As we have seen in the preceding sections on The United Kingdom Position and The Irish Position, the matters of 'fraud' and 'concealed by the fraud', in respect of the breach of fiduciary duty by those in the Financial Services Sectors, have been whitewashed at every turn.

In the context of the postponement of the commencement of the limitation period for a right of action in the case of fraud, concealment or mistake, IF, in reading the contents of this website-book, you have only now become aware of your right of action, THEN, the Clock, by which your limitation period is set, is only beginning to tick NOW.

 

39 Beatson, Burrows and Cartwright, Anson’s Law of Contract, (29th ed.), p. 605.

39A Beatson, Burrows and Cartwright, Anson’s Law of Contract, (29th ed.), p. 607.

40 This explanation by Lord Denning in the King v Victor Parsons & Co. was cited by Lord Millet in the House of Lords in the judgement on the Appeal in Cave v Robinson Jarvis & Rolf (2002). It is taken here from the U.K Parliament Publications website.
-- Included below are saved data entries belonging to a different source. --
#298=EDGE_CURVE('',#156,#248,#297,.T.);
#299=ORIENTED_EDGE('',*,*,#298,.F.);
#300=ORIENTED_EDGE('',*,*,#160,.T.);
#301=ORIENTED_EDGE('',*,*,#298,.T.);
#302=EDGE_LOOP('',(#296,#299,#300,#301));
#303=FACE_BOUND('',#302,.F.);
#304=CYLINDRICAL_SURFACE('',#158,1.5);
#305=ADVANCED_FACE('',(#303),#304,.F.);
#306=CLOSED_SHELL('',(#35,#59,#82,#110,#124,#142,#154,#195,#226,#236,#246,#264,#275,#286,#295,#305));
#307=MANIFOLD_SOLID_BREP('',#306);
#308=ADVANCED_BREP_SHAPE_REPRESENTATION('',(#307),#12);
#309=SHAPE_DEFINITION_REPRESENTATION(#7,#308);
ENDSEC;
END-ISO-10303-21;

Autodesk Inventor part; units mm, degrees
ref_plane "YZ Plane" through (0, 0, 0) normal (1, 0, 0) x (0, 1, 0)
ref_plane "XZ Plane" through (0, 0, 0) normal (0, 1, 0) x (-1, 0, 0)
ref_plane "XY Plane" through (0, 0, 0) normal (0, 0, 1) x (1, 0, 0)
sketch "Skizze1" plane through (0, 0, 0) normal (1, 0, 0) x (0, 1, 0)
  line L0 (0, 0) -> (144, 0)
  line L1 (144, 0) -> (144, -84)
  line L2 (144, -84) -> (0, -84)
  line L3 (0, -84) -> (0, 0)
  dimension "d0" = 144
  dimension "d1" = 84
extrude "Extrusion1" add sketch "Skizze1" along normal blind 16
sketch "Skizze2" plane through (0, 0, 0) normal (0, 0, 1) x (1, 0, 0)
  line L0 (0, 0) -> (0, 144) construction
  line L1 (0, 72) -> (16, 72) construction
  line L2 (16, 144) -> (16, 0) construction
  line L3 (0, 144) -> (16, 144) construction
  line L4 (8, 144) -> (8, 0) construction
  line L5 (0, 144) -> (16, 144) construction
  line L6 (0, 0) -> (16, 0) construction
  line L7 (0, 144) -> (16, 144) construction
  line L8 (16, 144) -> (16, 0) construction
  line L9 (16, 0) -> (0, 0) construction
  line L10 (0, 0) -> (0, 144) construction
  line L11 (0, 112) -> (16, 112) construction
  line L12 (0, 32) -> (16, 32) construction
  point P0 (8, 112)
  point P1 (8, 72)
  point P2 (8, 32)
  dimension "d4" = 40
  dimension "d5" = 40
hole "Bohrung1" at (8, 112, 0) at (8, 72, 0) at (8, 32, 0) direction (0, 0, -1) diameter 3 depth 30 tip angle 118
40A Black's Law Dictionary — definition of 'conscience', in Law.

40B The learned authors, Turner and Sutton, reference the precedent case of Lindsay Petroleum Co. v Hurd (1874), which stated: "in order that the remedy should be lost by laches or decay ..... it is necessary that there should be sufficient knowledge of the facts constituting the title to relief", and Rawlins v Wickham (1858).

40C [2006] England and Wales High Court 401 (Chancery Division), which can be studied on the British and Irish Legal Information Institute (BAILII) website.